Give back exactly the first lines of the entries below, through the line with "#227=CARTESIAN_POINT('',(0.,7.,0.5));".
*** Data excerpts Section Begins ***
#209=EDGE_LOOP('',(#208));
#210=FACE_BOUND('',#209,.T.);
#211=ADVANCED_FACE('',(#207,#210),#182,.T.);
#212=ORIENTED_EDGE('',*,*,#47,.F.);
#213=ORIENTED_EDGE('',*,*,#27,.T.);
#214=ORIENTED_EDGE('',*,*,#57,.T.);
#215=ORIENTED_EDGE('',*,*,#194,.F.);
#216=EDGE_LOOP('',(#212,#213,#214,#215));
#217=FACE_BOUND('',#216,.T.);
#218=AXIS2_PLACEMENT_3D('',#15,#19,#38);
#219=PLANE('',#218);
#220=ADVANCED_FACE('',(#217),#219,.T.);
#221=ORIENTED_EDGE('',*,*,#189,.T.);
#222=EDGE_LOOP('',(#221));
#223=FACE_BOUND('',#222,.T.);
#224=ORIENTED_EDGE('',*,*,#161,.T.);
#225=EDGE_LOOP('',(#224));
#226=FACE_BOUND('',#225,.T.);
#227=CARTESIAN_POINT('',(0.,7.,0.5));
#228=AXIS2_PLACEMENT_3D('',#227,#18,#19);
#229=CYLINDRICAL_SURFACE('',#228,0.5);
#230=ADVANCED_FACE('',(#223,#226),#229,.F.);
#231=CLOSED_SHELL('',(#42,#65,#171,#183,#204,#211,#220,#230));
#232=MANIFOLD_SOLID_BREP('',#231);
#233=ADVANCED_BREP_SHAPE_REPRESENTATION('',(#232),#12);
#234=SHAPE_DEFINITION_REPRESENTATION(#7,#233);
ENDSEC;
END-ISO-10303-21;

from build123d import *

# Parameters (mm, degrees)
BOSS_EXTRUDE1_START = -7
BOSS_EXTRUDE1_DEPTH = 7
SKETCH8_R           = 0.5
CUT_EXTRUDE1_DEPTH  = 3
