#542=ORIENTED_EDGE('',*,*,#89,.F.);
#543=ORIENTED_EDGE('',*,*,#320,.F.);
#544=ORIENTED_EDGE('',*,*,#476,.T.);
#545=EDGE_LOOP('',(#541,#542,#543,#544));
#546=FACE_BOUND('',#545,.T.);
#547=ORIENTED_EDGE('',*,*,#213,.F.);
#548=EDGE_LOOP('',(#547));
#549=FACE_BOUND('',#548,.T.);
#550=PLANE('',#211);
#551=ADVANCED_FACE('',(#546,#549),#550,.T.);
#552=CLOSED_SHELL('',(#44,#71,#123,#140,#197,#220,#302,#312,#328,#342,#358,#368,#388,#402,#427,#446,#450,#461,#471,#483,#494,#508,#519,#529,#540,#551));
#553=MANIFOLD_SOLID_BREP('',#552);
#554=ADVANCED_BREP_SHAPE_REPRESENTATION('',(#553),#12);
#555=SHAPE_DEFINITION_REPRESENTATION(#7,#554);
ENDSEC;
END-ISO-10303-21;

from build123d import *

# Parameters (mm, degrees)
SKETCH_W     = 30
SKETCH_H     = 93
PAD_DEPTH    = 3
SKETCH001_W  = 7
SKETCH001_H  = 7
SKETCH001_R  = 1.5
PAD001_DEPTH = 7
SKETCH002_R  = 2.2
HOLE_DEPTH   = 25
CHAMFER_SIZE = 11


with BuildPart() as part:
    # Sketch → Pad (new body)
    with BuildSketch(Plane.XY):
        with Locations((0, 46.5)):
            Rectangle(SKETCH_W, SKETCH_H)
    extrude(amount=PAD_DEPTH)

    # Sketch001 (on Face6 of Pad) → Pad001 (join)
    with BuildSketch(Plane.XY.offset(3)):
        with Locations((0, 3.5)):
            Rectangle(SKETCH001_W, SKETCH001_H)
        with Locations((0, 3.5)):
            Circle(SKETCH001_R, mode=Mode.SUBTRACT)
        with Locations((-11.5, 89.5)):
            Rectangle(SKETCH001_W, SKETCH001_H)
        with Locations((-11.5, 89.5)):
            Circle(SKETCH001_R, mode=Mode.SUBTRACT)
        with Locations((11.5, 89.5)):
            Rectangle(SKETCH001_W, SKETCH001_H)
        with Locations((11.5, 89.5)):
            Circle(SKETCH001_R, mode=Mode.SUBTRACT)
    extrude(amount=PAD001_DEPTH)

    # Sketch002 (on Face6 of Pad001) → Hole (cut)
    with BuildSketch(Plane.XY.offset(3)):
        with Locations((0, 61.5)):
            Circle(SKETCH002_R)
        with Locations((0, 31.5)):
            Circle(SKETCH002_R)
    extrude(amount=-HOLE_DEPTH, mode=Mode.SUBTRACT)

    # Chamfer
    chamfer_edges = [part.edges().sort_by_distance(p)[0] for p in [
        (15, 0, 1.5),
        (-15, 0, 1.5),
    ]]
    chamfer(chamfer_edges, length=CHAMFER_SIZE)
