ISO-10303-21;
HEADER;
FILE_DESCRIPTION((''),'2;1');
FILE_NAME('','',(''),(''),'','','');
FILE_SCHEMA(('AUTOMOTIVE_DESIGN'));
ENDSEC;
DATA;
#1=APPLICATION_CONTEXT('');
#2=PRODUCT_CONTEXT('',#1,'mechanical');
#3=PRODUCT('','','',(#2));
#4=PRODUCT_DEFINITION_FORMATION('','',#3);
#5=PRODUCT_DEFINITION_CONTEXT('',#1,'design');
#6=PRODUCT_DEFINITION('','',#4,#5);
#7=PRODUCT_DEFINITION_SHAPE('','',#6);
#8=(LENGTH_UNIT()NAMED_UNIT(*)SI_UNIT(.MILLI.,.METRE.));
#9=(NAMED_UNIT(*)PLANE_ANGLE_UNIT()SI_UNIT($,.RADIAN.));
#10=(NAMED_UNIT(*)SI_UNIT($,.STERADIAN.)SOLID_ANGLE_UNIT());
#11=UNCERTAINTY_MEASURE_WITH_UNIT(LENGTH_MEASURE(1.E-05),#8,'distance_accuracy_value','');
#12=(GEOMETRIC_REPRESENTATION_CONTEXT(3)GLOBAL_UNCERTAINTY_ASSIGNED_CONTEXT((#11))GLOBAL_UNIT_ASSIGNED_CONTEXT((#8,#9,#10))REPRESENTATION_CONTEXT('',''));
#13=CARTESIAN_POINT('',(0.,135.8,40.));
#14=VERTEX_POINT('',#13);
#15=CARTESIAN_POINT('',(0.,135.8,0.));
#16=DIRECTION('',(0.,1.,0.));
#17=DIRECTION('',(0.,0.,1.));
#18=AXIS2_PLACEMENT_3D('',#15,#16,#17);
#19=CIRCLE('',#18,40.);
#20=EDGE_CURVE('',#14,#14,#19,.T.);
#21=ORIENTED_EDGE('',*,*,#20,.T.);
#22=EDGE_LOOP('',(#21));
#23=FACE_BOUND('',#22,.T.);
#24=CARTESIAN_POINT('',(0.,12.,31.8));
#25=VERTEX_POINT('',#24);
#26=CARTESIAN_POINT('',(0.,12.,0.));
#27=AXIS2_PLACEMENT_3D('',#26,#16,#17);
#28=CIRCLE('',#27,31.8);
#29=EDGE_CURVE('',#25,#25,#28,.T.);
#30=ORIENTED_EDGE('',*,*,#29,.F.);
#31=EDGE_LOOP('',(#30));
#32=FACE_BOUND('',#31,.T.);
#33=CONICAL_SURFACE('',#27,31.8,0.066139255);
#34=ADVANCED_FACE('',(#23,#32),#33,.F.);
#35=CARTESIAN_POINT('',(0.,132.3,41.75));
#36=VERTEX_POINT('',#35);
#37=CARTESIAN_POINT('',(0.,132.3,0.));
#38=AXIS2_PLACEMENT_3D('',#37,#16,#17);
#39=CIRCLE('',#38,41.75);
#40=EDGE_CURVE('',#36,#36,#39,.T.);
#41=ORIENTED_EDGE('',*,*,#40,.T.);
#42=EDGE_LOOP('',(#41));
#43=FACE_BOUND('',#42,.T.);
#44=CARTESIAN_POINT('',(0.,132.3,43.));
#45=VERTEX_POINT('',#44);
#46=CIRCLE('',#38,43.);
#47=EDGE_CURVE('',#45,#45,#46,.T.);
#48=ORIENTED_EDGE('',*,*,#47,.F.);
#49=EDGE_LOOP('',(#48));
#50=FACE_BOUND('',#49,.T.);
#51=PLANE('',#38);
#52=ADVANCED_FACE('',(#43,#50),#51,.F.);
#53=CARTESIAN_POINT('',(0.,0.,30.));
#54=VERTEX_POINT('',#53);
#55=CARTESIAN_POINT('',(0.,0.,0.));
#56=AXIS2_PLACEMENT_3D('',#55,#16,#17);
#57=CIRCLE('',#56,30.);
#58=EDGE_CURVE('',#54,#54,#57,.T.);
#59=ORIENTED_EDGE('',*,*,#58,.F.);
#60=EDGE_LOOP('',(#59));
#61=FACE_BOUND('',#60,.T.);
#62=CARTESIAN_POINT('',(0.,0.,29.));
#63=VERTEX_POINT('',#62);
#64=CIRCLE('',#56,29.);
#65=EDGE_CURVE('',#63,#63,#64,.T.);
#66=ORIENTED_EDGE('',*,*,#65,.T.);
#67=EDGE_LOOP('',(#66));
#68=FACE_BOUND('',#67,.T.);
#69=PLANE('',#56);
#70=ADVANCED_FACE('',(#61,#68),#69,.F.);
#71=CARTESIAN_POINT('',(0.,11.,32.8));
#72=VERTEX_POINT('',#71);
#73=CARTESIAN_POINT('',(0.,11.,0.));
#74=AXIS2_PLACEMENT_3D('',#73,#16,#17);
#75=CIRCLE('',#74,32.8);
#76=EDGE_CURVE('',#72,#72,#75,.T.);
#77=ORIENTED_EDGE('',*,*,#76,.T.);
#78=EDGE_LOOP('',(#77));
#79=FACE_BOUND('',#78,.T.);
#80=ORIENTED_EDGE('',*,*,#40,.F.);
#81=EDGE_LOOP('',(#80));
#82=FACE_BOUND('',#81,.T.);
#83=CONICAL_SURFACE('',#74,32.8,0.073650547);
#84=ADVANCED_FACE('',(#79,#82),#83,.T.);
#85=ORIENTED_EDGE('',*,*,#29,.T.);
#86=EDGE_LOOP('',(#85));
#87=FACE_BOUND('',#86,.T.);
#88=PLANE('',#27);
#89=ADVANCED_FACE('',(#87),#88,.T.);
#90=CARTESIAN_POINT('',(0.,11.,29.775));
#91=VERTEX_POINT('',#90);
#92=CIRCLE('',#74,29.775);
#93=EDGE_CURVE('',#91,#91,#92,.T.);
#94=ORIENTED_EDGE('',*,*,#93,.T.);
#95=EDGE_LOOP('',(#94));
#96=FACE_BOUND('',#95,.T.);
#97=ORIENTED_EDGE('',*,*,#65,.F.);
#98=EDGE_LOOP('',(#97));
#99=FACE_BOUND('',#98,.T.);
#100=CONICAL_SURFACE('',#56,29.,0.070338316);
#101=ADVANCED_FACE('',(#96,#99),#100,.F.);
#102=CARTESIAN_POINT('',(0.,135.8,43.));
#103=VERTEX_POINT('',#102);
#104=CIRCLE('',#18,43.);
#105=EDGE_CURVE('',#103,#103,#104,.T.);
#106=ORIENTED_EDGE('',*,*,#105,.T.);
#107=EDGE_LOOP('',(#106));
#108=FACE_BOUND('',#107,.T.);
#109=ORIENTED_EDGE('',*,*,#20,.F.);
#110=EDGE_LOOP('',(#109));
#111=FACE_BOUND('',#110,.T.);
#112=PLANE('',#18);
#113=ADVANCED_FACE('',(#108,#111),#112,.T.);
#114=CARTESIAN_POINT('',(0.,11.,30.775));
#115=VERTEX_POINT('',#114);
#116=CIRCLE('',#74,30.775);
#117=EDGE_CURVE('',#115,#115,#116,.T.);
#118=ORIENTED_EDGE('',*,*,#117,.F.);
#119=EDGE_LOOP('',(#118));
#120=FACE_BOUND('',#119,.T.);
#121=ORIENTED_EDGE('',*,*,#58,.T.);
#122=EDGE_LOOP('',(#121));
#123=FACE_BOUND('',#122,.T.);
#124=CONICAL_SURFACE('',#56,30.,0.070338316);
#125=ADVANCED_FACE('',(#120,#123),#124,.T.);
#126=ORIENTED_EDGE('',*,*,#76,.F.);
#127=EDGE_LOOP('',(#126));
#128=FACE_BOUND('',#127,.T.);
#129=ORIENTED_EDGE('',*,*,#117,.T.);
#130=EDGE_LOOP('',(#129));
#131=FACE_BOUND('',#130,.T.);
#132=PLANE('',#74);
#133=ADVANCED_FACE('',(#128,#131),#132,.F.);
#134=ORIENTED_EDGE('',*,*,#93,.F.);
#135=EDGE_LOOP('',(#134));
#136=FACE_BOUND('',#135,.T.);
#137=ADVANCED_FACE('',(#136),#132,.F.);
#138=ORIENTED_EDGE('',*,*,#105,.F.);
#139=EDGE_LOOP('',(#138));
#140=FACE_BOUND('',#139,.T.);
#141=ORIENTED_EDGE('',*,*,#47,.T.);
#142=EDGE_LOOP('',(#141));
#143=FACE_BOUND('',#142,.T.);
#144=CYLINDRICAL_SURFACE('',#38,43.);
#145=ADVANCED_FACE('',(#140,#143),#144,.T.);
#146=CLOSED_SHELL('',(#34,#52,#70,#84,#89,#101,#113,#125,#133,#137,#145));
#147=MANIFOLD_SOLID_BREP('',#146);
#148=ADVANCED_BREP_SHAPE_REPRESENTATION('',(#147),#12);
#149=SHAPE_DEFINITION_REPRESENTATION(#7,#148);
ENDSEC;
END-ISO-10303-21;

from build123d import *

# Parameters (mm, degrees)
SKETCH_5_R  = 43
SKETCH_6_R  = 43
SKETCH_3_R  = 32.8
SKETCH_4_R  = 41.75
SKETCH_2_R  = 30.775
SKETCH_1_R  = 30
SKETCH_11_R = 29
SKETCH_12_R = 29.775
SKETCH_13_R = 40
SKETCH_14_R = 31.8


with BuildPart() as part:
    # 草图5 → Loft 2 section 0
    with BuildSketch(Plane(origin=(0, 132.3, 0), x_dir=(1, 0, 0), z_dir=(0, 1, 0))):
        Circle(SKETCH_5_R)
    # 草图6 → Loft 2 section 1
    with BuildSketch(Plane(origin=(0, 135.8, 0), x_dir=(1, 0, 0), z_dir=(0, 1, 0))):
        Circle(SKETCH_6_R)
    loft()

    # 草图3 → 放样3 section 0
    with BuildSketch(Plane(origin=(0, 11, 0), x_dir=(1, 0, 0), z_dir=(0, 1, 0))):
        Circle(SKETCH_3_R)
    # 草图4 → 放样3 section 1
    with BuildSketch(Plane(origin=(0, 132.3, 0), x_dir=(1, 0, 0), z_dir=(0, 1, 0))):
        Circle(SKETCH_4_R)
    loft()

    # 草图2 → 放样4 section 0
    with BuildSketch(Plane(origin=(0, 11, 0), x_dir=(1, 0, 0), z_dir=(0, 1, 0))):
        Circle(SKETCH_2_R)
    # 草图1 → 放样4 section 1
    with BuildSketch(Plane(origin=(0, 0, 0), x_dir=(1, 0, 0), z_dir=(0, 1, 0))):
        Circle(SKETCH_1_R)
    loft()

    # 草图11 → 切除-放样1 section 0
    with BuildSketch(Plane(origin=(0, 0, 0), x_dir=(1, 0, 0), z_dir=(0, 1, 0))):
        Circle(SKETCH_11_R)
    # 草图12 → 切除-放样1 section 1
    with BuildSketch(Plane(origin=(0, 11, 0), x_dir=(1, 0, 0), z_dir=(0, 1, 0))):
        Circle(SKETCH_12_R)
    loft(mode=Mode.SUBTRACT)

    # 草图13 → Loft 2 2 section 0
    with BuildSketch(Plane(origin=(0, 135.8, 0), x_dir=(1, 0, 0), z_dir=(0, 1, 0))):
        Circle(SKETCH_13_R)
    # 草图14 → Loft 2 2 section 1
    with BuildSketch(Plane(origin=(0, 12, 0), x_dir=(1, 0, 0), z_dir=(0, 1, 0))):
        Circle(SKETCH_14_R)
    loft(mode=Mode.SUBTRACT)


solid = part.part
*** Data excerpts Section Ends ***
# Response for this exercise
#209=EDGE_LOOP('',(#208));
#210=FACE_BOUND('',#209,.T.);
#211=ADVANCED_FACE('',(#207,#210),#182,.T.);
#212=ORIENTED_EDGE('',*,*,#47,.F.);
#213=ORIENTED_EDGE('',*,*,#27,.T.);
#214=ORIENTED_EDGE('',*,*,#57,.T.);
#215=ORIENTED_EDGE('',*,*,#194,.F.);
#216=EDGE_LOOP('',(#212,#213,#214,#215));
#217=FACE_BOUND('',#216,.T.);
#218=AXIS2_PLACEMENT_3D('',#15,#19,#38);
#219=PLANE('',#218);
#220=ADVANCED_FACE('',(#217),#219,.T.);
#221=ORIENTED_EDGE('',*,*,#189,.T.);
#222=EDGE_LOOP('',(#221));
#223=FACE_BOUND('',#222,.T.);
#224=ORIENTED_EDGE('',*,*,#161,.T.);
#225=EDGE_LOOP('',(#224));
#226=FACE_BOUND('',#225,.T.);
#227=CARTESIAN_POINT('',(0.,7.,0.5));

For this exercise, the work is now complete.